To ensure the current validity of a row and protect it against concurrent updates one must use SELECT FOR UPDATE, SELECT FOR SHARE, or an appropriate LOCK TABLE statement. (SELECT FOR UPDATE and SELECT FOR SHARE lock just the returned rows against concurrent updates, while LOCK TABLE locks the whole table.) This should be taken into account when porting applications to PostgreSQL from other environments.

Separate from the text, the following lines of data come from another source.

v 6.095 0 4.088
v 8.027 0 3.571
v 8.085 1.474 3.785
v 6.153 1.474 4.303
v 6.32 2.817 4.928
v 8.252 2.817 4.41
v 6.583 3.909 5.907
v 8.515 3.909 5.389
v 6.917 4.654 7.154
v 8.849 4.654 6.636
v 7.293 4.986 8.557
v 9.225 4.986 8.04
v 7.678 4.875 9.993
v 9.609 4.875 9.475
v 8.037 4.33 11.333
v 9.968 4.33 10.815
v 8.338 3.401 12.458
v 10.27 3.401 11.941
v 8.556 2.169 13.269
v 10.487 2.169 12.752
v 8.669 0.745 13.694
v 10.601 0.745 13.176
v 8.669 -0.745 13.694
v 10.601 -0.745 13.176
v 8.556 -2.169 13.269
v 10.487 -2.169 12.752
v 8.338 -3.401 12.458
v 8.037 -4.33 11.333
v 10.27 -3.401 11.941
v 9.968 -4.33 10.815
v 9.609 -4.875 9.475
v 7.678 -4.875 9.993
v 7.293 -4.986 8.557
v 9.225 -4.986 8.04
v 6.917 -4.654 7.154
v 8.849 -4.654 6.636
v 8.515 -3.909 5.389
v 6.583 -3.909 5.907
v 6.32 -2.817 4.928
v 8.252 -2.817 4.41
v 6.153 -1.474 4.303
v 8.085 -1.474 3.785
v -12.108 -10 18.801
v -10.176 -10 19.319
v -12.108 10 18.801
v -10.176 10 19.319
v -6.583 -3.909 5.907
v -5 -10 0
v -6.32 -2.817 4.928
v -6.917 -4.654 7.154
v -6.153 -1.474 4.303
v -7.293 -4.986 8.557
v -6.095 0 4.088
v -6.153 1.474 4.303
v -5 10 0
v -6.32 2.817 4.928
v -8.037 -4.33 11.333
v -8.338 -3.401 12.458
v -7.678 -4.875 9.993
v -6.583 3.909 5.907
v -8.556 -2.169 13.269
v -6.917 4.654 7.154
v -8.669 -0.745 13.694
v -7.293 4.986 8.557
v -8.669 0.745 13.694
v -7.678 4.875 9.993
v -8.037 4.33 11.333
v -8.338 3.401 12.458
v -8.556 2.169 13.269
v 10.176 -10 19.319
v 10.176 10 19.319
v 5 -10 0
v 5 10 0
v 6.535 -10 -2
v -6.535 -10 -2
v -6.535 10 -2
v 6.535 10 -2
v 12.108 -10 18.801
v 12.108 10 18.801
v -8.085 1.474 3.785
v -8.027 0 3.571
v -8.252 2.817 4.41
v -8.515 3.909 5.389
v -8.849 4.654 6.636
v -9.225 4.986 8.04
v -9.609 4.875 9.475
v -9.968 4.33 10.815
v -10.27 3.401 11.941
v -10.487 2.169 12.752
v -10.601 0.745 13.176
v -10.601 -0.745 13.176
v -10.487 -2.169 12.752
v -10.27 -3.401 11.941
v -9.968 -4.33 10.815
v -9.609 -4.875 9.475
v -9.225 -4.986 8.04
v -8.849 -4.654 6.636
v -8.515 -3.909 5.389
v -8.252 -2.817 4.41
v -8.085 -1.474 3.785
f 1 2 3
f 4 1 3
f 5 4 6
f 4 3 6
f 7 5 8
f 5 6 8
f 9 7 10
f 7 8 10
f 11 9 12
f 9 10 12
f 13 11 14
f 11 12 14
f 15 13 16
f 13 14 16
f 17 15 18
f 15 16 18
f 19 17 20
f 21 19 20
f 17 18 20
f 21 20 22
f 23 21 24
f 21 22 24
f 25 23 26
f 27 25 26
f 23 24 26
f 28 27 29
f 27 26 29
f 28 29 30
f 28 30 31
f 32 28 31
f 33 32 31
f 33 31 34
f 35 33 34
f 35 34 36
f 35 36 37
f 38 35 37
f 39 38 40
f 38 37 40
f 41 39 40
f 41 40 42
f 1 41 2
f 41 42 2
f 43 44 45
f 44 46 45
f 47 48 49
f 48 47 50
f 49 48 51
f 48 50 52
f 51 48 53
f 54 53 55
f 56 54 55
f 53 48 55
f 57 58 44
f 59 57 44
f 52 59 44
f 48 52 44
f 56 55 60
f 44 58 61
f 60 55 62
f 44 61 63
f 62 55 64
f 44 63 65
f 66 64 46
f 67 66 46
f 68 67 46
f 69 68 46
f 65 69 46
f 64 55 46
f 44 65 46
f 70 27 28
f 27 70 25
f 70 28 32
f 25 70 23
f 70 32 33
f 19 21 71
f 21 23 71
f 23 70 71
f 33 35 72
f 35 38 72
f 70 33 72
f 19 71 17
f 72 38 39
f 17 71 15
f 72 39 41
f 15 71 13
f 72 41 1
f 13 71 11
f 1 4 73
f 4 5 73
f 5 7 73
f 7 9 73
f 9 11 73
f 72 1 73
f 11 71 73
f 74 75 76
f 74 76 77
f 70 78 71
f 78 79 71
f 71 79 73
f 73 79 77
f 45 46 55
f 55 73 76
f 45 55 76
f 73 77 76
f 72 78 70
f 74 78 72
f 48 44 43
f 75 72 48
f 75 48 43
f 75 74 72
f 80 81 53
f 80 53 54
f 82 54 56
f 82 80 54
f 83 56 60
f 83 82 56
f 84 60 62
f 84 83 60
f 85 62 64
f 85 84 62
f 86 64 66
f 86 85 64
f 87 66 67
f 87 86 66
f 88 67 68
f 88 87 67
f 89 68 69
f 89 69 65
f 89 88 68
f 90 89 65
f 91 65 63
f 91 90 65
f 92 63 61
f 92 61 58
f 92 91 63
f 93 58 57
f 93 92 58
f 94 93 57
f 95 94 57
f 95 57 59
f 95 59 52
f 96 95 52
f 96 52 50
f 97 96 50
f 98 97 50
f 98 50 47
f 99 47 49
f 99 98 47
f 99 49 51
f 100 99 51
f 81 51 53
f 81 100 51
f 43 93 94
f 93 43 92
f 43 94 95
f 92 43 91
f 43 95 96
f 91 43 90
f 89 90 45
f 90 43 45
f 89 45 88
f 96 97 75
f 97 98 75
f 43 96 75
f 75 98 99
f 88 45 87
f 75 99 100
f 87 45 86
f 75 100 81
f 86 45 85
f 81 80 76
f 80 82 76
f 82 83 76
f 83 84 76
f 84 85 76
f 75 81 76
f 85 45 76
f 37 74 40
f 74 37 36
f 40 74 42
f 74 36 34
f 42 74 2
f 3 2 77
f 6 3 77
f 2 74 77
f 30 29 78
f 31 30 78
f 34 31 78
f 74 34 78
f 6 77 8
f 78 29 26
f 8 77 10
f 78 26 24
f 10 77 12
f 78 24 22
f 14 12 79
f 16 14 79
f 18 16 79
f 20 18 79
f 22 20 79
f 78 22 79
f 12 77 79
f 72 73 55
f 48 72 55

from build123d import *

# Parameters (mm, degrees)
AUFSATZ_LINEAR_AUSTRAGEN1_DEPTH = 10
SKIZZE2_R                       = 5
SCHNITT_LINEAR_AUSTRAGEN1_DEPTH = 2


with BuildPart() as part:
    # Skizze1 → Aufsatz-Linear austragen1 (new body, symmetric)
    with BuildSketch(Plane(origin=(0, 0, 0), x_dir=(1, 0, 0), z_dir=(0, 1, 0))):
        Polygon((-5, 0), (-10.176380902, -19.318516526), (-12.108232555, -18.800878436), (-6.534653976, 2), (6.534653976, 2), (12.108232555, -18.800878436), (10.176380902, -19.318516526), (5, 0), align=None)
    extrude(amount=AUFSATZ_LINEAR_AUSTRAGEN1_DEPTH, both=True)

    # Skizze2 → Schnitt-Linear austragen1 (cut)
    with BuildSketch(Plane(origin=(6.596915162, 0, -1.76763809), x_dir=(-0.258819045, 0, -0.965925826), z_dir=(0.965925826, 0, -0.258819045))):
        with Locations((-10.526768238, 0)):
            Circle(SKIZZE2_R)
    schnitt_linear_austragen1 = extrude(amount=-SCHNITT_LINEAR_AUSTRAGEN1_DEPTH, mode=Mode.SUBTRACT)

    # Spiegeln1: Schnitt-Linear austragen1 across plane
    add(schnitt_linear_austragen1.mirror(Plane(origin=(0, 0, 0), x_dir=(0, 0, 1), z_dir=(1, 0, 0))), mode=Mode.SUBTRACT)


solid = part.part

Global validity checks require extra thought under MVCC. For example, a banking application might wish to check that the sum of all credits in one table equals the sum of debits in another table, when both tables are being actively updated. Comparing the results of two successive SELECT sum(...) commands will not work reliably in Read Committed mode, since the second query will likely include the results of transactions not counted by the first. Doing the two sums in a single serializable transaction will give an accurate picture of only the effects of transactions that committed before the serializable transaction started — but one might legitimately wonder whether the answer is still relevant by the time it is delivered. If the serializable transaction itself applied some changes before trying to make the consistency check, the usefulness of the check becomes even more debatable, since now it includes some but not all post-transaction-start changes. In such cases a careful person might wish to lock all tables needed for the check, in order to get an indisputable picture of current reality. A SHARE mode (or higher) lock guarantees that there are no uncommitted changes in the locked table, other than those of the current transaction.
Note also that if one is relying on explicit locking to prevent concurrent changes, one should either use Read Committed mode, or in Serializable mode be careful to obtain locks before performing queries. A lock obtained by a serializable transaction guarantees that no other transactions modifying the table are still running, but if the snapshot seen by the transaction predates obtaining the lock, it might predate some now-committed changes in the table. A serializable transaction's snapshot is actually frozen at the start of its first query or data-modification command (SELECT, INSERT, UPDATE, or DELETE), so it is possible to obtain locks explicitly before the snapshot is frozen.